What you are asked to do ▸ Both the line with "#127=CARTESIAN_POINT('',(35.644926,0.,-55.293713));" and the line with "#186=ORIENTED_EDGE('',*,*,#179,.T.);" in the records below must appear in the output, along with every line between them, exactly and with nothing added.

Data for this exercise ▸
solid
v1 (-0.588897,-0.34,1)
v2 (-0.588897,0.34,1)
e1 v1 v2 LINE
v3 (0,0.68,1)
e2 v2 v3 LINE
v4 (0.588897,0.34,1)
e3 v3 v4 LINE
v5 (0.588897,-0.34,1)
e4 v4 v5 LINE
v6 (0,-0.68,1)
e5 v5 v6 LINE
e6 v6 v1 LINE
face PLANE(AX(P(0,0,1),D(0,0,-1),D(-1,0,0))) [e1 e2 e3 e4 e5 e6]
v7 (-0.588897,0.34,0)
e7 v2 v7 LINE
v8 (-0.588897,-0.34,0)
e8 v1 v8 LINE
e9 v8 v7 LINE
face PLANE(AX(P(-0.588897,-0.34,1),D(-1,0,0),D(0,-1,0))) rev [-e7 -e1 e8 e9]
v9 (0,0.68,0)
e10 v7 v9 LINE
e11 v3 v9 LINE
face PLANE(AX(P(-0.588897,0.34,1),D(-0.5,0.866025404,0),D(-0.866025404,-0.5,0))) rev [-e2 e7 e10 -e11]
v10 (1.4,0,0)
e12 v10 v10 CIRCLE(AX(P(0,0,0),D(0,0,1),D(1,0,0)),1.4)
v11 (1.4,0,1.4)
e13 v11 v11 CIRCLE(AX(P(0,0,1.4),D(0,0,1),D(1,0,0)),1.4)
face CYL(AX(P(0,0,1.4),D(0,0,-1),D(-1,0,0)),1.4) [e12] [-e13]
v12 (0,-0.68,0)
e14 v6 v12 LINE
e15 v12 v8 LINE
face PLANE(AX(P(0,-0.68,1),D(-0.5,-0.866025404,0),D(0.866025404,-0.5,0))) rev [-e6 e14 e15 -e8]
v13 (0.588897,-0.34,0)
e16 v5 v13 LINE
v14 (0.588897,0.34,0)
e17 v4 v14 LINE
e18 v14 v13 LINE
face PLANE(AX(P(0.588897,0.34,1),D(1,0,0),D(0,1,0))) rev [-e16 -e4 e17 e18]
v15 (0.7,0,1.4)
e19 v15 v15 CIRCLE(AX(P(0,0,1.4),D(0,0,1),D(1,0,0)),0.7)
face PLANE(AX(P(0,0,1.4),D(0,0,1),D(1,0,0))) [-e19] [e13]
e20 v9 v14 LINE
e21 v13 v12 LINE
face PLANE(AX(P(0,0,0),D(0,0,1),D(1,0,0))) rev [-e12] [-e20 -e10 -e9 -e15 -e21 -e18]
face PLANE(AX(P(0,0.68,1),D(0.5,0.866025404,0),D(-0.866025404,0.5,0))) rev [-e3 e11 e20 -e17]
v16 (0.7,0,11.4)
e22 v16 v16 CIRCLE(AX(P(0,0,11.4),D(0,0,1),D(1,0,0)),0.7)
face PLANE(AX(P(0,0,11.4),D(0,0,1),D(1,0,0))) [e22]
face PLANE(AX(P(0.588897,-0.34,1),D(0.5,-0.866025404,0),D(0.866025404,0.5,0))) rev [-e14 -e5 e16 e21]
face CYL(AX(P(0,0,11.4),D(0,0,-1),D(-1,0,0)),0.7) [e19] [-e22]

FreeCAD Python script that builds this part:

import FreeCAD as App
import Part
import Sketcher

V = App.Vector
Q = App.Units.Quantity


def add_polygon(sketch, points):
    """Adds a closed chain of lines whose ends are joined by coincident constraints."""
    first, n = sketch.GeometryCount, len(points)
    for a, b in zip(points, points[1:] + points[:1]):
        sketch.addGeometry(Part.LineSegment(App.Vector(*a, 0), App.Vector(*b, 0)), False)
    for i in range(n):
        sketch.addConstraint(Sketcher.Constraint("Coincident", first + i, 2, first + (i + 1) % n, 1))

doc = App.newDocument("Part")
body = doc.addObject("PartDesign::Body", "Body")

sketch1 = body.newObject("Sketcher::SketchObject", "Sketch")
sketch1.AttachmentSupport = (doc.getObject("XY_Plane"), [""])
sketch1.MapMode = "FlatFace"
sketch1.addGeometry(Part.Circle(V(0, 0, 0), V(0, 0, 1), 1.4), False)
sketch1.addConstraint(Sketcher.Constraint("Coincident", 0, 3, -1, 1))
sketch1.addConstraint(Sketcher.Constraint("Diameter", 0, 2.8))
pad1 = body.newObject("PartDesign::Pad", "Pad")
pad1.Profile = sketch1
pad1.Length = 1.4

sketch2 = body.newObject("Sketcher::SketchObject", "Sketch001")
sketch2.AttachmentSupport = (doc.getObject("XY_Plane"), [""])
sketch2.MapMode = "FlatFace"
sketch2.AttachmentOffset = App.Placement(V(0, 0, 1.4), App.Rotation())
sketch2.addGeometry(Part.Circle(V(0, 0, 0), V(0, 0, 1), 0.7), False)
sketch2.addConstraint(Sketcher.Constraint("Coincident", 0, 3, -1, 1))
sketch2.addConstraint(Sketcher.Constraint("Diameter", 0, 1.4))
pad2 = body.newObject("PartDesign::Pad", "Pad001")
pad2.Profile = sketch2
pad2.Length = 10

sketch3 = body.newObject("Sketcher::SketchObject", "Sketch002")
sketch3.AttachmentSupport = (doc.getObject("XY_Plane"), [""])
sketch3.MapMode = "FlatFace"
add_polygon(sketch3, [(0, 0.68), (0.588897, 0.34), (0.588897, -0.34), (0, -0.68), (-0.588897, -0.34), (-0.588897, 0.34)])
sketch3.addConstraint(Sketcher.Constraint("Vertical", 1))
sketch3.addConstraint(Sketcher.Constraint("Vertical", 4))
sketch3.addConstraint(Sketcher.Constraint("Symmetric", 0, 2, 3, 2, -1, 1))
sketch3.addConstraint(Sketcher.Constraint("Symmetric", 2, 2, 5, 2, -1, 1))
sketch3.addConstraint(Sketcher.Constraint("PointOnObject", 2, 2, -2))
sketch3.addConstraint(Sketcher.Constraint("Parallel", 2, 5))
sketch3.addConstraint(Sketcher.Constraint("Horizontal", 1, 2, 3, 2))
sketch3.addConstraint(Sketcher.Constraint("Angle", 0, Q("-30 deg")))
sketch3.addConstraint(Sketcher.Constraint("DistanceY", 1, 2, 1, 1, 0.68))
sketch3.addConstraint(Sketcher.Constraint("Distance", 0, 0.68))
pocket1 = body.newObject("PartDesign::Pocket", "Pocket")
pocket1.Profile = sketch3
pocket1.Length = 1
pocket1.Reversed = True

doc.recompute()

==

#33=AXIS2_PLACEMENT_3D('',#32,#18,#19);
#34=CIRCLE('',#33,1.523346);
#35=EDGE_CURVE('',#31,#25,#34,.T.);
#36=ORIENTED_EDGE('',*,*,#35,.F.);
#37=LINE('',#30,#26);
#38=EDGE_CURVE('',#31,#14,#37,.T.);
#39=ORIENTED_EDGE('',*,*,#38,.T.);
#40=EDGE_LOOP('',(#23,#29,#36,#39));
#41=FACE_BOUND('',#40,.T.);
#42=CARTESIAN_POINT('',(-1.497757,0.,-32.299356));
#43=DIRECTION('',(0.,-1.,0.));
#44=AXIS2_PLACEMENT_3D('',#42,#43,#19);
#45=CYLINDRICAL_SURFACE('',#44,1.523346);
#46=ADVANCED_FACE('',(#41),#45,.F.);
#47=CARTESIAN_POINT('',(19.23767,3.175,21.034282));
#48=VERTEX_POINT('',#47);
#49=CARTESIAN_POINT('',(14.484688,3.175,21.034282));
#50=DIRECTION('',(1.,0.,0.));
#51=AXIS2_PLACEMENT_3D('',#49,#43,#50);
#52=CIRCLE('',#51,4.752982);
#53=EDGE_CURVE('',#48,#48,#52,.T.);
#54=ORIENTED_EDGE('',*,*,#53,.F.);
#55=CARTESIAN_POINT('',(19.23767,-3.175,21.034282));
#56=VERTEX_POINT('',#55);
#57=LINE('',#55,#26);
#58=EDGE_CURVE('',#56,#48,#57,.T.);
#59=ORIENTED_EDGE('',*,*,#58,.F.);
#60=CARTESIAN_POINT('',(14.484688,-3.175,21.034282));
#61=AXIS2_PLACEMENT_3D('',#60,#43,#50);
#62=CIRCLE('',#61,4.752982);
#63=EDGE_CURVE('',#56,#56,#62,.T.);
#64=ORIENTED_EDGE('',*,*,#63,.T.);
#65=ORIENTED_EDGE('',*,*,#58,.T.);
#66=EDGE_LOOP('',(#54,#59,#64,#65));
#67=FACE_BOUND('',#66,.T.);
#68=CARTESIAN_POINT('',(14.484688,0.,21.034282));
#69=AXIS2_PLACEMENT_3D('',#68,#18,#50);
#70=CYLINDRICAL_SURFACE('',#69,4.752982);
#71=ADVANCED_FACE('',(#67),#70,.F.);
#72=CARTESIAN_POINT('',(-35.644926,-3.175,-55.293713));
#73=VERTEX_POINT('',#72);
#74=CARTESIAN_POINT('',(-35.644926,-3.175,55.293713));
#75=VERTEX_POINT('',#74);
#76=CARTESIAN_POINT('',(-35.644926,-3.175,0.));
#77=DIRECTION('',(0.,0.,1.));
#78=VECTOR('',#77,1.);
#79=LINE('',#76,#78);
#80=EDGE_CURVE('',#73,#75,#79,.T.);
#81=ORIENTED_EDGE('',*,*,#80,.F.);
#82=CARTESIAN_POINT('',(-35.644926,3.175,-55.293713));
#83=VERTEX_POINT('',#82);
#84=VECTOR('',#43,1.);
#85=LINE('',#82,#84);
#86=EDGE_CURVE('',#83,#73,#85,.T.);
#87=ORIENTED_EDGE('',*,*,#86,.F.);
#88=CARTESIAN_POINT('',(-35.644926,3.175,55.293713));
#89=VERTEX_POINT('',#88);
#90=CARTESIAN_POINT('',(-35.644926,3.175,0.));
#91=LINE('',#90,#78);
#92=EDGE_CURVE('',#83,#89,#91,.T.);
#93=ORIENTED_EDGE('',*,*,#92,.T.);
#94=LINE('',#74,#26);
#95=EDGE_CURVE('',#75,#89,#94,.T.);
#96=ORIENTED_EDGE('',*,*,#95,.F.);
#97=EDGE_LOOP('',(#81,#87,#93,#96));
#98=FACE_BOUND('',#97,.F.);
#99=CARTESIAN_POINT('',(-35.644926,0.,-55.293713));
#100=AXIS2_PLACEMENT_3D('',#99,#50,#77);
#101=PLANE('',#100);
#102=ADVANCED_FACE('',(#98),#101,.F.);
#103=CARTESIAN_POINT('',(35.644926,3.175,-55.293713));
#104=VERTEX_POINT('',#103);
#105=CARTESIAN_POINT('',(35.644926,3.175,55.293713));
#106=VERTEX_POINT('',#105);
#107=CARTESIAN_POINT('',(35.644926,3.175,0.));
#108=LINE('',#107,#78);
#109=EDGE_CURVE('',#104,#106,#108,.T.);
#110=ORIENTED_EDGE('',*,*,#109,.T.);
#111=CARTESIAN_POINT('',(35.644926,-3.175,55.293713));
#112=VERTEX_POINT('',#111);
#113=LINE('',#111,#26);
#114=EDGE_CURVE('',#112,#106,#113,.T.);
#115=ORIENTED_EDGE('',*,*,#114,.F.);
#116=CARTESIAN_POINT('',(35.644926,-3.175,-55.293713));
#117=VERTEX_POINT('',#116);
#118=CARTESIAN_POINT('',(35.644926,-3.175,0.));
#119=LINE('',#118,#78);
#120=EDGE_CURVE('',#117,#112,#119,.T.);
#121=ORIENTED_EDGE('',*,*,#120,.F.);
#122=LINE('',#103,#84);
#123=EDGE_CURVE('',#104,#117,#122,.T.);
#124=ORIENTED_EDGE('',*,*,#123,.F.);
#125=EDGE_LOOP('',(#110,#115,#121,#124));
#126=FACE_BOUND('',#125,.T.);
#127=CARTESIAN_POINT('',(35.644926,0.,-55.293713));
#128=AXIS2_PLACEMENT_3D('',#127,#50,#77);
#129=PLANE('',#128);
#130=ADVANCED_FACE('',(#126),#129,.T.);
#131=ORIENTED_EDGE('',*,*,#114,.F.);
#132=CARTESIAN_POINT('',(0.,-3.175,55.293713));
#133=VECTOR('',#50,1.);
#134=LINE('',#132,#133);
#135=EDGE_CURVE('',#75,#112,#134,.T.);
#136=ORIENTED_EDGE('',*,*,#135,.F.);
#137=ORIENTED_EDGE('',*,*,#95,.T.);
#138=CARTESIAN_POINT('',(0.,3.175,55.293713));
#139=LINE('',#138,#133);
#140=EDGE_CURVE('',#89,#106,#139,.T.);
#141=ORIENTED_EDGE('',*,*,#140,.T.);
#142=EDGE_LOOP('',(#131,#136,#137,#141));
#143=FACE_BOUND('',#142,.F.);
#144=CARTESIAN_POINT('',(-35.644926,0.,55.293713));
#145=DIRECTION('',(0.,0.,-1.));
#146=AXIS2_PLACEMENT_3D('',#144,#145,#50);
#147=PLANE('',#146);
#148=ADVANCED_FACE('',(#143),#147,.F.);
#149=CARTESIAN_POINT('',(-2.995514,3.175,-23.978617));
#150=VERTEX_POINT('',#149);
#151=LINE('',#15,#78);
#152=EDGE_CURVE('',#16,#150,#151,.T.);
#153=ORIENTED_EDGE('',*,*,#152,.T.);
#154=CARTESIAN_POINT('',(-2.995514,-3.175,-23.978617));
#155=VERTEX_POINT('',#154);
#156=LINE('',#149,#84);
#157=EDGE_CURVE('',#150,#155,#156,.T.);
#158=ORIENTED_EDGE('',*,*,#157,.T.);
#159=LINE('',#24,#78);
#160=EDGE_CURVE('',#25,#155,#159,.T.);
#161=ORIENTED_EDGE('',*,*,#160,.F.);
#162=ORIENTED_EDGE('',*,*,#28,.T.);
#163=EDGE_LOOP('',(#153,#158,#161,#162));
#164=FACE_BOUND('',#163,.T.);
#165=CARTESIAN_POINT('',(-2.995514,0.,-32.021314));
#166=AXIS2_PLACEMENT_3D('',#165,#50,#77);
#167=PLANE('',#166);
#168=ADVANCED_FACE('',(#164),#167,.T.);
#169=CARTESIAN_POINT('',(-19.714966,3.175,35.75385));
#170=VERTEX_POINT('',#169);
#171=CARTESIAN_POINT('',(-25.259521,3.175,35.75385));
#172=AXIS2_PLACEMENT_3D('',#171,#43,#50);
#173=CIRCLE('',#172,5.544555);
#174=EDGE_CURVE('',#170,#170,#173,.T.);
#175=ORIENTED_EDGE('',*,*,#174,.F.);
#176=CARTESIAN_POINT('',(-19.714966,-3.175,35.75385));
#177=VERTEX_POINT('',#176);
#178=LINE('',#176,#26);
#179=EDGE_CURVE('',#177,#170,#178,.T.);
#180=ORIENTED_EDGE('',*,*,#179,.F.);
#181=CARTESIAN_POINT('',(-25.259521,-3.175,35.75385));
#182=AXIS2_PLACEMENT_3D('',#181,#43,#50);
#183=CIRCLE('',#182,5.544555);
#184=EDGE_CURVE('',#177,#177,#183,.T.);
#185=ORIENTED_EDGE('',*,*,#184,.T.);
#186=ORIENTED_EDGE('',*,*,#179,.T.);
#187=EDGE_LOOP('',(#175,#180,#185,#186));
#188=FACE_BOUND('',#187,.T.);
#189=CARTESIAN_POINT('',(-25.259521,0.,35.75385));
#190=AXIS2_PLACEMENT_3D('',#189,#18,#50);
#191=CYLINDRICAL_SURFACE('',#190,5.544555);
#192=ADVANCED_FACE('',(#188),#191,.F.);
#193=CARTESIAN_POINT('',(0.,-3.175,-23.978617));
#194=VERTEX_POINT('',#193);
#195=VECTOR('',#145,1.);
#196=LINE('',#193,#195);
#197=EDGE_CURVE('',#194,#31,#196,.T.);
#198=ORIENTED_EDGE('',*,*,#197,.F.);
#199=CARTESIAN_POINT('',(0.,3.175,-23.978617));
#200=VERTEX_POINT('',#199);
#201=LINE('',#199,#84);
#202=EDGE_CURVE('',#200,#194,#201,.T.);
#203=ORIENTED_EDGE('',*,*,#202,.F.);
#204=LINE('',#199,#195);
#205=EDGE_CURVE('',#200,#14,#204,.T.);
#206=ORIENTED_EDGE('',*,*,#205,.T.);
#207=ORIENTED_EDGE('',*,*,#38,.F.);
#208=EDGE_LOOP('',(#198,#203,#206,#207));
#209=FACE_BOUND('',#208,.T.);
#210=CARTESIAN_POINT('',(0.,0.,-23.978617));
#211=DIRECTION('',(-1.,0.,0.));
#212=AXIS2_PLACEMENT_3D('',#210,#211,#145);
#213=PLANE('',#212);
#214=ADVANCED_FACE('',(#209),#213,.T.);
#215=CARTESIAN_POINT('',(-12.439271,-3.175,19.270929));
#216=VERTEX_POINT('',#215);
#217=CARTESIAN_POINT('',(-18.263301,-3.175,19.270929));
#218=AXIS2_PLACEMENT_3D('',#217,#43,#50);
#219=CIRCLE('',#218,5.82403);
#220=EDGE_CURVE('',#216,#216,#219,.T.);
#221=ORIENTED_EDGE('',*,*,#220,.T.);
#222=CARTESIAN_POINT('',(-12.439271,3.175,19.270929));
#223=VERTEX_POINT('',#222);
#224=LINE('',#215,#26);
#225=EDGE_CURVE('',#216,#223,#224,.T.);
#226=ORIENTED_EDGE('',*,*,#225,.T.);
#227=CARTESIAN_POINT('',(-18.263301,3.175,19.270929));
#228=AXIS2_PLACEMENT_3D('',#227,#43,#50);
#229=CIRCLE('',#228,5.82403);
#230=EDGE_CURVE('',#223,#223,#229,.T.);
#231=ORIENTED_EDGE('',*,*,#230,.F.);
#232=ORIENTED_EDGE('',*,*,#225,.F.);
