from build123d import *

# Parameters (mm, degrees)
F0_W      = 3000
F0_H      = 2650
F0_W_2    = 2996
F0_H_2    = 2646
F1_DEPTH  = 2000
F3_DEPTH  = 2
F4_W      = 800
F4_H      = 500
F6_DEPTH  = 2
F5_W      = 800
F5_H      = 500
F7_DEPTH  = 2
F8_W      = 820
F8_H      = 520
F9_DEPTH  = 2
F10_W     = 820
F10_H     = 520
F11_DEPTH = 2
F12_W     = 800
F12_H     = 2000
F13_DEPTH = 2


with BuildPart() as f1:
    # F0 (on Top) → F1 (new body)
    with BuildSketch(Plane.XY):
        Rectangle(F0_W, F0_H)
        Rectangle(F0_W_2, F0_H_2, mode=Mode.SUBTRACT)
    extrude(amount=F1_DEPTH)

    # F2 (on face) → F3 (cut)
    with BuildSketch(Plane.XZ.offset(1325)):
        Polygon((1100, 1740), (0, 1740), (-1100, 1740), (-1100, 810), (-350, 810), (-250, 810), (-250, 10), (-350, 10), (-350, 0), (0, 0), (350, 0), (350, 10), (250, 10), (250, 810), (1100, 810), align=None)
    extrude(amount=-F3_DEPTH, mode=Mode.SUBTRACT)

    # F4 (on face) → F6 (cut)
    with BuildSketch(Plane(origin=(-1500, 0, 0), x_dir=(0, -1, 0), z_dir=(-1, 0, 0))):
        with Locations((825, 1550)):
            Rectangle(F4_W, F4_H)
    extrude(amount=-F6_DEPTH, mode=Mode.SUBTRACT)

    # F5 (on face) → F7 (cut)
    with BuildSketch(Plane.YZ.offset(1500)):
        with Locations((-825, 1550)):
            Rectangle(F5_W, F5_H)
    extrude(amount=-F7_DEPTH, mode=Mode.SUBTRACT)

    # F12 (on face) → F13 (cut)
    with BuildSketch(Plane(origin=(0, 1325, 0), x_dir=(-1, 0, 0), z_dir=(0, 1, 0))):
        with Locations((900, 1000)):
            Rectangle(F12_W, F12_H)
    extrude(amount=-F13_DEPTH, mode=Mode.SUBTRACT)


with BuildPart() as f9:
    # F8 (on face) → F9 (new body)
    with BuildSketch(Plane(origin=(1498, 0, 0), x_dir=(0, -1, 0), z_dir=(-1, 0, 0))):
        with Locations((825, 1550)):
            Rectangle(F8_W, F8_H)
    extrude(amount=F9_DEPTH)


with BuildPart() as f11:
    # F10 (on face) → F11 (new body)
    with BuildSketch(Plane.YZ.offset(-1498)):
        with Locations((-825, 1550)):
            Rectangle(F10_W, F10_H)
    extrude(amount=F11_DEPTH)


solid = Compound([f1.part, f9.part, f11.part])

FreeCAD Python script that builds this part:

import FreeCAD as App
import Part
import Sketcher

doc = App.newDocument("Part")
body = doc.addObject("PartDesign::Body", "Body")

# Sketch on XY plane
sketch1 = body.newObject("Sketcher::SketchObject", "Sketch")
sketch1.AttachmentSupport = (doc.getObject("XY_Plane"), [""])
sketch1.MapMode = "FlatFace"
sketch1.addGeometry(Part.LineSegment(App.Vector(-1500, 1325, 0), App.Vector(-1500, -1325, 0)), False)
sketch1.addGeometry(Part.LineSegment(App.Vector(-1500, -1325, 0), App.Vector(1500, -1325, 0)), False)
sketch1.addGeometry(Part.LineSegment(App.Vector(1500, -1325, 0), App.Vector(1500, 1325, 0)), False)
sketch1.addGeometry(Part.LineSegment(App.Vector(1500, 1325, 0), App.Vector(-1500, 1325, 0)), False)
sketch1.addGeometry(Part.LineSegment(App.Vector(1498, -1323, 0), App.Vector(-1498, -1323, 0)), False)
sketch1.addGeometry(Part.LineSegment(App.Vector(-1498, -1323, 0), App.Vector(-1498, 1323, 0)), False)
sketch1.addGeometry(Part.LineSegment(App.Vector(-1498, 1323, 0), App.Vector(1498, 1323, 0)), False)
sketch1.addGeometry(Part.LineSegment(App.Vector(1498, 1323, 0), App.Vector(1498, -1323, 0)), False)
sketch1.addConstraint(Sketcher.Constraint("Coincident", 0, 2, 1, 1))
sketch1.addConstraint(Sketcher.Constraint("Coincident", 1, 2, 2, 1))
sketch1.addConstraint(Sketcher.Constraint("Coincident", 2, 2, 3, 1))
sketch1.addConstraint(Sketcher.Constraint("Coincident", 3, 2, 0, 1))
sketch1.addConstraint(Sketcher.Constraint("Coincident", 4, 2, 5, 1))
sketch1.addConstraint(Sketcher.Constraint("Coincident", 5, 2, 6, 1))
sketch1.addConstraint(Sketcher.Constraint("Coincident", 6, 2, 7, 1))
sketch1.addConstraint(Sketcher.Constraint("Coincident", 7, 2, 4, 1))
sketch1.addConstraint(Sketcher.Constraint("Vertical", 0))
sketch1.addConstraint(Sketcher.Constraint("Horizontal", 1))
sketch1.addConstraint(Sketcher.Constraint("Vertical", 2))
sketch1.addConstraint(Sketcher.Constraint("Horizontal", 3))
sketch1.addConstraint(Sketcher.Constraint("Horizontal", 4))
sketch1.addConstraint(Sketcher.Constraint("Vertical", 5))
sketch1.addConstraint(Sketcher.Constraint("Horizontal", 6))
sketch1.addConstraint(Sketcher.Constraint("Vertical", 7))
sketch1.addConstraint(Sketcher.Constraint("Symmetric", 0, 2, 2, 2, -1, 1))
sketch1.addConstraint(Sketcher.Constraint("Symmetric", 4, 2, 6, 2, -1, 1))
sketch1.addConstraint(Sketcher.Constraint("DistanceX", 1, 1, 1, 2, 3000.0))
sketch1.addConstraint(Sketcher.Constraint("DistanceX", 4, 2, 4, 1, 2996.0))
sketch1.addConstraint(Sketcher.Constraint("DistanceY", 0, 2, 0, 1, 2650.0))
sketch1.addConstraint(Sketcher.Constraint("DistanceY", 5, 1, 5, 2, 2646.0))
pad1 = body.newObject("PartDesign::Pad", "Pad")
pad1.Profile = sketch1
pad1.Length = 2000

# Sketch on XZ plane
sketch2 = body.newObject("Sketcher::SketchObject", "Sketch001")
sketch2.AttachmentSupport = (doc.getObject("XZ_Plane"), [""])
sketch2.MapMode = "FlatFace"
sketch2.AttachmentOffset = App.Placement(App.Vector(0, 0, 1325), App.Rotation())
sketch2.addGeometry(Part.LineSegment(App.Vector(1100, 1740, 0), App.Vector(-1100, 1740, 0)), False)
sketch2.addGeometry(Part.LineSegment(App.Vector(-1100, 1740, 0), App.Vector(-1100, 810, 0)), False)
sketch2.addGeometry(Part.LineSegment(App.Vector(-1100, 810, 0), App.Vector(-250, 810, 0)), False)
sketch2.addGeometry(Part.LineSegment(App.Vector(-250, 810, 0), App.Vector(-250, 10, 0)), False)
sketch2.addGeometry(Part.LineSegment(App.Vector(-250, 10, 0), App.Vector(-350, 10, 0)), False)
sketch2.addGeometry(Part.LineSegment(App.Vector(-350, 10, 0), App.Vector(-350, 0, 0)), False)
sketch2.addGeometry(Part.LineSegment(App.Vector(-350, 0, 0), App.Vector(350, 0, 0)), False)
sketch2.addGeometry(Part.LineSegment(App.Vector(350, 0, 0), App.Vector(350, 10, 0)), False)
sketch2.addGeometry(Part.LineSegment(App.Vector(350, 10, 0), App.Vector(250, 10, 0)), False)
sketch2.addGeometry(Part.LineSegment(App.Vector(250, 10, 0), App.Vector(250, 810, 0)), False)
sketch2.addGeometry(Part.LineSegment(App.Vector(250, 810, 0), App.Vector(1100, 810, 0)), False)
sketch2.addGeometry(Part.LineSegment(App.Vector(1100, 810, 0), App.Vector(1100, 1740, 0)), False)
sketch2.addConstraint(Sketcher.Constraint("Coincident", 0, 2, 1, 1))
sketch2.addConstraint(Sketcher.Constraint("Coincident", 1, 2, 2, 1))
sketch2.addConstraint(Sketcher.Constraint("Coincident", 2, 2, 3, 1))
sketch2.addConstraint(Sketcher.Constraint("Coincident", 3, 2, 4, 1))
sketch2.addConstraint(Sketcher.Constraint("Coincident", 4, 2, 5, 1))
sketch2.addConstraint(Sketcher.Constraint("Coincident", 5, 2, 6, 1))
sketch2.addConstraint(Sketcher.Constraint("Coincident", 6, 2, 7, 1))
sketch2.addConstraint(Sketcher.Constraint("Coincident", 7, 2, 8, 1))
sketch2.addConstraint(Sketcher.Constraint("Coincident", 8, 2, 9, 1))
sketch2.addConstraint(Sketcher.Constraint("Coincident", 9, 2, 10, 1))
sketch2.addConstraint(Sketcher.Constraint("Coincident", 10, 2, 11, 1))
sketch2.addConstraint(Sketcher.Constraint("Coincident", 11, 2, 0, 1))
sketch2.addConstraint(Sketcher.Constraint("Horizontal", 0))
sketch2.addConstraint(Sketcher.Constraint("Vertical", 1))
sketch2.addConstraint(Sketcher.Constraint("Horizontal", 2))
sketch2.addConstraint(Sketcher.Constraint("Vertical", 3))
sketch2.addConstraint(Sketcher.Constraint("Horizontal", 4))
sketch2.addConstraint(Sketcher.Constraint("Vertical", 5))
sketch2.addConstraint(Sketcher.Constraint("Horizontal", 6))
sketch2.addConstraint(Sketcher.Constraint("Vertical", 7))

Solved exercise ▸
#127=CARTESIAN_POINT('',(35.644926,0.,-55.293713));
#128=AXIS2_PLACEMENT_3D('',#127,#50,#77);
#129=PLANE('',#128);
#130=ADVANCED_FACE('',(#126),#129,.T.);
#131=ORIENTED_EDGE('',*,*,#114,.F.);
#132=CARTESIAN_POINT('',(0.,-3.175,55.293713));
#133=VECTOR('',#50,1.);
#134=LINE('',#132,#133);
#135=EDGE_CURVE('',#75,#112,#134,.T.);
#136=ORIENTED_EDGE('',*,*,#135,.F.);
#137=ORIENTED_EDGE('',*,*,#95,.T.);
#138=CARTESIAN_POINT('',(0.,3.175,55.293713));
#139=LINE('',#138,#133);
#140=EDGE_CURVE('',#89,#106,#139,.T.);
#141=ORIENTED_EDGE('',*,*,#140,.T.);
#142=EDGE_LOOP('',(#131,#136,#137,#141));
#143=FACE_BOUND('',#142,.F.);
#144=CARTESIAN_POINT('',(-35.644926,0.,55.293713));
#145=DIRECTION('',(0.,0.,-1.));
#146=AXIS2_PLACEMENT_3D('',#144,#145,#50);
#147=PLANE('',#146);
#148=ADVANCED_FACE('',(#143),#147,.F.);
#149=CARTESIAN_POINT('',(-2.995514,3.175,-23.978617));
#150=VERTEX_POINT('',#149);
#151=LINE('',#15,#78);
#152=EDGE_CURVE('',#16,#150,#151,.T.);
#153=ORIENTED_EDGE('',*,*,#152,.T.);
#154=CARTESIAN_POINT('',(-2.995514,-3.175,-23.978617));
#155=VERTEX_POINT('',#154);
#156=LINE('',#149,#84);
#157=EDGE_CURVE('',#150,#155,#156,.T.);
#158=ORIENTED_EDGE('',*,*,#157,.T.);
#159=LINE('',#24,#78);
#160=EDGE_CURVE('',#25,#155,#159,.T.);
#161=ORIENTED_EDGE('',*,*,#160,.F.);
#162=ORIENTED_EDGE('',*,*,#28,.T.);
#163=EDGE_LOOP('',(#153,#158,#161,#162));
#164=FACE_BOUND('',#163,.T.);
#165=CARTESIAN_POINT('',(-2.995514,0.,-32.021314));
#166=AXIS2_PLACEMENT_3D('',#165,#50,#77);
#167=PLANE('',#166);
#168=ADVANCED_FACE('',(#164),#167,.T.);
#169=CARTESIAN_POINT('',(-19.714966,3.175,35.75385));
#170=VERTEX_POINT('',#169);
#171=CARTESIAN_POINT('',(-25.259521,3.175,35.75385));
#172=AXIS2_PLACEMENT_3D('',#171,#43,#50);
#173=CIRCLE('',#172,5.544555);
#174=EDGE_CURVE('',#170,#170,#173,.T.);
#175=ORIENTED_EDGE('',*,*,#174,.F.);
#176=CARTESIAN_POINT('',(-19.714966,-3.175,35.75385));
#177=VERTEX_POINT('',#176);
#178=LINE('',#176,#26);
#179=EDGE_CURVE('',#177,#170,#178,.T.);
#180=ORIENTED_EDGE('',*,*,#179,.F.);
#181=CARTESIAN_POINT('',(-25.259521,-3.175,35.75385));
#182=AXIS2_PLACEMENT_3D('',#181,#43,#50);
#183=CIRCLE('',#182,5.544555);
#184=EDGE_CURVE('',#177,#177,#183,.T.);
#185=ORIENTED_EDGE('',*,*,#184,.T.);
#186=ORIENTED_EDGE('',*,*,#179,.T.);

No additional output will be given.